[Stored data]
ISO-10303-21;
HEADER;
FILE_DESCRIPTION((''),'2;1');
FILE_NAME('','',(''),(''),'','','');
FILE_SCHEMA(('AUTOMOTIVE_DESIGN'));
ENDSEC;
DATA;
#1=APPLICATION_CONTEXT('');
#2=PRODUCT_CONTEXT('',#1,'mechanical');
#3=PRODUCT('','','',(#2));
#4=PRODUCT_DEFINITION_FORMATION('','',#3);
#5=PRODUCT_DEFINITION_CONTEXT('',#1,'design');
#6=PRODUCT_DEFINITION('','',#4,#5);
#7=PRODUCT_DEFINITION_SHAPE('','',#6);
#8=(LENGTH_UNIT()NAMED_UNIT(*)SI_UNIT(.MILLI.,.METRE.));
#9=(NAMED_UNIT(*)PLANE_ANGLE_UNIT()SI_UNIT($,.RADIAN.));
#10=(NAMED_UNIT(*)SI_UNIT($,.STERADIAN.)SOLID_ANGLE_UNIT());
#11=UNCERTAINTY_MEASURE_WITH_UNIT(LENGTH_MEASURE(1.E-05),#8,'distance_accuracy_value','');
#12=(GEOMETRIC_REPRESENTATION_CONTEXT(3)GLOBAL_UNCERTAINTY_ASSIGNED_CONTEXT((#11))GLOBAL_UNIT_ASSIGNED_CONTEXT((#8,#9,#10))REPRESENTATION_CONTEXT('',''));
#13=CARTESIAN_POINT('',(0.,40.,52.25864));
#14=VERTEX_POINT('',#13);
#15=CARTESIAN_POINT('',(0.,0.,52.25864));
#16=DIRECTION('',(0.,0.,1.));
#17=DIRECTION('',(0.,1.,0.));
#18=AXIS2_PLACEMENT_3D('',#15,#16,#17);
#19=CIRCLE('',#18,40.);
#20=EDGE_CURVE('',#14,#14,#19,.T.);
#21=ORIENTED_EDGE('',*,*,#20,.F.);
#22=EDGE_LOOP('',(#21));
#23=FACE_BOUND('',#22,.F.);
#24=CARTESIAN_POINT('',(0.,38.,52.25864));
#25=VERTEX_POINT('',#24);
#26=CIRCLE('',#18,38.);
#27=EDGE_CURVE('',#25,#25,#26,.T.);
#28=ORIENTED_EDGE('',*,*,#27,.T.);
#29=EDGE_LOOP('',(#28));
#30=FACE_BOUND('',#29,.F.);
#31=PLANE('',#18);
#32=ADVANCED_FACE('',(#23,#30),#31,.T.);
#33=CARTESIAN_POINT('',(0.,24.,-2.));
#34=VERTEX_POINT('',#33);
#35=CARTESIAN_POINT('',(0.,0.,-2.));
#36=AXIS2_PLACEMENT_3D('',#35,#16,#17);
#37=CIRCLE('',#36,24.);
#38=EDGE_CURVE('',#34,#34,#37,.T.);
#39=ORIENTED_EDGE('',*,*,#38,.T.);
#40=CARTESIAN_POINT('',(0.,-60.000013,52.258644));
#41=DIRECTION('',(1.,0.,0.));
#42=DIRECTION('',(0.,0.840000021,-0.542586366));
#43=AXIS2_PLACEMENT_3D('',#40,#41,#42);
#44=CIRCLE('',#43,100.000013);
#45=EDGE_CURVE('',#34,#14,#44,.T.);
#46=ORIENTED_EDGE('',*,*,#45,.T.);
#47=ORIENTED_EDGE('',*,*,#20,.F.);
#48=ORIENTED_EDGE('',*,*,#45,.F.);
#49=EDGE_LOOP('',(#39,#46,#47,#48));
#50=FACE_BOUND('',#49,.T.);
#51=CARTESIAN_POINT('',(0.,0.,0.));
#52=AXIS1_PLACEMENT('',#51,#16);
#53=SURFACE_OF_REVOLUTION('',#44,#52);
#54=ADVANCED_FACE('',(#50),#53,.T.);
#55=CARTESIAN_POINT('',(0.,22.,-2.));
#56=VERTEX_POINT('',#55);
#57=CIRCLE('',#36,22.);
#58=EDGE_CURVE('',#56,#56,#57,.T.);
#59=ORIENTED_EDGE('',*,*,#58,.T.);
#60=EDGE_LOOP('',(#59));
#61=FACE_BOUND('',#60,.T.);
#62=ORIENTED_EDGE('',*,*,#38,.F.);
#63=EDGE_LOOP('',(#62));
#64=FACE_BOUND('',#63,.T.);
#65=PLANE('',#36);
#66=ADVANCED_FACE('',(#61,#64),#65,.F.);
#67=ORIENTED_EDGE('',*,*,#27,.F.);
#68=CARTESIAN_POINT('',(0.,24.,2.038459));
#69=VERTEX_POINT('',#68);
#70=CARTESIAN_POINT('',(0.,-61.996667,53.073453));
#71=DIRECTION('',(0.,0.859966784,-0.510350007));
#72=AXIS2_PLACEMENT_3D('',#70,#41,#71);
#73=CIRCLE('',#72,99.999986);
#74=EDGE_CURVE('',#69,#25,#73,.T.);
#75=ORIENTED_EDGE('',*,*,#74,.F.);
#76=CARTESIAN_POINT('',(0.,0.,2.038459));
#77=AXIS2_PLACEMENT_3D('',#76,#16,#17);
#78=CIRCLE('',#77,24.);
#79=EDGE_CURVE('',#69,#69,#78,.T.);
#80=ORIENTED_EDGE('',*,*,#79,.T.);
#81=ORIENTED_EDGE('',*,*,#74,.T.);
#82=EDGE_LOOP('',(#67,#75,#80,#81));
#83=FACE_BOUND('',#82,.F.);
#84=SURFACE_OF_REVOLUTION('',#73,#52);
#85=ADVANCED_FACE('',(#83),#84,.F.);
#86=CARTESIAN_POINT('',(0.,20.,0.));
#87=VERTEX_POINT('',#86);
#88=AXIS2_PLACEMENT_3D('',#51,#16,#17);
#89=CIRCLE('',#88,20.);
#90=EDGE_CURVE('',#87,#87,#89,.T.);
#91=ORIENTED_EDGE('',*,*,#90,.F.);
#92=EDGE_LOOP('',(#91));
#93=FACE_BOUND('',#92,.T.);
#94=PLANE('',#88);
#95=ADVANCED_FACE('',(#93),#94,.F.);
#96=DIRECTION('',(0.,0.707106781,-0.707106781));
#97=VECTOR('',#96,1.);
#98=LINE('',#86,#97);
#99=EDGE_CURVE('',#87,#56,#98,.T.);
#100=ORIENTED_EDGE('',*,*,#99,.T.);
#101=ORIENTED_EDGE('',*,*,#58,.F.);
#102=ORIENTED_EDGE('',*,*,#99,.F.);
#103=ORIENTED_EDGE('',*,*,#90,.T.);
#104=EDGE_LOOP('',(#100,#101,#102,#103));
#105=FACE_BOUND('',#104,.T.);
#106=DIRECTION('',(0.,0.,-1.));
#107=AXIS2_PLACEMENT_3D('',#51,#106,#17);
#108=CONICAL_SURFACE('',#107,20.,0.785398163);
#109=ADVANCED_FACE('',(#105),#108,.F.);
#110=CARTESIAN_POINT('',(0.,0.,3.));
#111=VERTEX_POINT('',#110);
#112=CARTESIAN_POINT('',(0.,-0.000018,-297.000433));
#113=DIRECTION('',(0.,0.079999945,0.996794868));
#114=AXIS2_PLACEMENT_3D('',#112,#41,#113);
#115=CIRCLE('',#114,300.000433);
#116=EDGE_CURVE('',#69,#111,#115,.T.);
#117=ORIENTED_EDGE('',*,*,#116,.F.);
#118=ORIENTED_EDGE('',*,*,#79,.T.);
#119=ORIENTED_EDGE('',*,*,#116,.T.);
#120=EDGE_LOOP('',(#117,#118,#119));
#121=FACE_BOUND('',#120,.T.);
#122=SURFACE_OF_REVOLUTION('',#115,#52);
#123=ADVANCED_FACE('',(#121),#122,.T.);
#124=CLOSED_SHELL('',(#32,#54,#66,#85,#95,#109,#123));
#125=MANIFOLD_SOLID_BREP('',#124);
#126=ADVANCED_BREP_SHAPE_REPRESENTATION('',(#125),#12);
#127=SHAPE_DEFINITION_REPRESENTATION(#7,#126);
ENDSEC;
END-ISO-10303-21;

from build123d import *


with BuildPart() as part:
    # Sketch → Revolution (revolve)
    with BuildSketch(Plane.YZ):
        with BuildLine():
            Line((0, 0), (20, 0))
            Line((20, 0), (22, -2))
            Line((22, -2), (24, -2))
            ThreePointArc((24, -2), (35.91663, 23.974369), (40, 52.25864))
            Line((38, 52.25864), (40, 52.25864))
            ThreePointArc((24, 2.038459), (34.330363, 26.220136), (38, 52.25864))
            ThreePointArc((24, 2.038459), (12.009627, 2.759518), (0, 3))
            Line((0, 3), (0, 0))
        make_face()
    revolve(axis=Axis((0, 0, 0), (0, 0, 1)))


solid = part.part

...

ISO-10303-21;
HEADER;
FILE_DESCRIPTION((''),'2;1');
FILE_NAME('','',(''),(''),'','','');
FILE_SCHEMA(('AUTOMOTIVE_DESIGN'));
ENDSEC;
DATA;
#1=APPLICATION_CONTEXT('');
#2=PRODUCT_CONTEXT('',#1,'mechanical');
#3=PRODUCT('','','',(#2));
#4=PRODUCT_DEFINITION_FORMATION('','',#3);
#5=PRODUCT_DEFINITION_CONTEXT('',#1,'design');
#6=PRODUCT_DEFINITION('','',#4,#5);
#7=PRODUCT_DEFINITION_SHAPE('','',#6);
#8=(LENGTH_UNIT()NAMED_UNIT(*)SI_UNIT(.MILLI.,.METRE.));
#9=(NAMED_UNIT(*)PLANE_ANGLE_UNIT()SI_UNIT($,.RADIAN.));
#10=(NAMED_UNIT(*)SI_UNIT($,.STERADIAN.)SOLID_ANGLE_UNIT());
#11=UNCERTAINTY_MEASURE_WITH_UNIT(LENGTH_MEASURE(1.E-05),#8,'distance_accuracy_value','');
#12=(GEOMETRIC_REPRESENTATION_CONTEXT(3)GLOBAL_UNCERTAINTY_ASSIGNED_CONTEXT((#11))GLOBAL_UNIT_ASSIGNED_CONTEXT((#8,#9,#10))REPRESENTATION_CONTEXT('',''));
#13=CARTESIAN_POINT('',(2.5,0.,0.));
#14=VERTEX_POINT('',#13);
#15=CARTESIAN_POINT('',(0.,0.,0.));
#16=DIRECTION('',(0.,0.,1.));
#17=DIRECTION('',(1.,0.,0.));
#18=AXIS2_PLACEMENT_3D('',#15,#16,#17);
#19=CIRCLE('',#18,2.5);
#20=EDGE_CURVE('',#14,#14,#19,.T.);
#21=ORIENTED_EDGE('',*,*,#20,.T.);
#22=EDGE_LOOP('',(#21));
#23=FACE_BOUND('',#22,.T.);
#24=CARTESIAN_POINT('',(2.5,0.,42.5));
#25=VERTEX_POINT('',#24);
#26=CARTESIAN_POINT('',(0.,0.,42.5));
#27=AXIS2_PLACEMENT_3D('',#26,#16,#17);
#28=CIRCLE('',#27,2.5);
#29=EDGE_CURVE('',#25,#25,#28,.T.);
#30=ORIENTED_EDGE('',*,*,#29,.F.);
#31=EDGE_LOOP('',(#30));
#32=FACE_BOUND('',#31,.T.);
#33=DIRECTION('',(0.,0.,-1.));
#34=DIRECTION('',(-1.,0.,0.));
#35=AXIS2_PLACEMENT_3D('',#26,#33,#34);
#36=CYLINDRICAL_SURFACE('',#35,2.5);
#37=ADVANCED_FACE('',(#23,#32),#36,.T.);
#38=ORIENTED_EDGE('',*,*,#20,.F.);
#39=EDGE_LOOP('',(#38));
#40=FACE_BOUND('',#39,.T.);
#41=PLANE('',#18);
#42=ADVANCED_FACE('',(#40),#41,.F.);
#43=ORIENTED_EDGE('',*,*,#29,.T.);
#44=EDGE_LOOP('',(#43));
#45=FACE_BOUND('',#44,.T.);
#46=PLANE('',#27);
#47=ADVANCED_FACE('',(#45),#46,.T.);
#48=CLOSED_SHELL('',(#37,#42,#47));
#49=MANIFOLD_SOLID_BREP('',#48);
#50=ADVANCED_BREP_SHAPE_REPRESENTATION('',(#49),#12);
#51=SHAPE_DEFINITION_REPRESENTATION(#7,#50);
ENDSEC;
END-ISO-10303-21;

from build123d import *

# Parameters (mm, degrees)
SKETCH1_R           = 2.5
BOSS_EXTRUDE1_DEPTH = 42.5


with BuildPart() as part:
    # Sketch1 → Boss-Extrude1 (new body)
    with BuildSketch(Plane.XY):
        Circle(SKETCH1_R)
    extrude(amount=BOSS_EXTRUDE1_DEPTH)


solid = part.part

- [What the exercise asks]:
Find the line with "#47=ORIENTED_EDGE('',*,*,#20,.F.);" in the entries above. Retype it and each line after it, exactly, through the line with "#56=VERTEX_POINT('',#55);", and stop there.

- [Exercise solution]:
#47=ORIENTED_EDGE('',*,*,#20,.F.);
#48=ORIENTED_EDGE('',*,*,#45,.F.);
#49=EDGE_LOOP('',(#39,#46,#47,#48));
#50=FACE_BOUND('',#49,.T.);
#51=CARTESIAN_POINT('',(0.,0.,0.));
#52=AXIS1_PLACEMENT('',#51,#16);
#53=SURFACE_OF_REVOLUTION('',#44,#52);
#54=ADVANCED_FACE('',(#50),#53,.T.);
#55=CARTESIAN_POINT('',(0.,22.,-2.));
#56=VERTEX_POINT('',#55);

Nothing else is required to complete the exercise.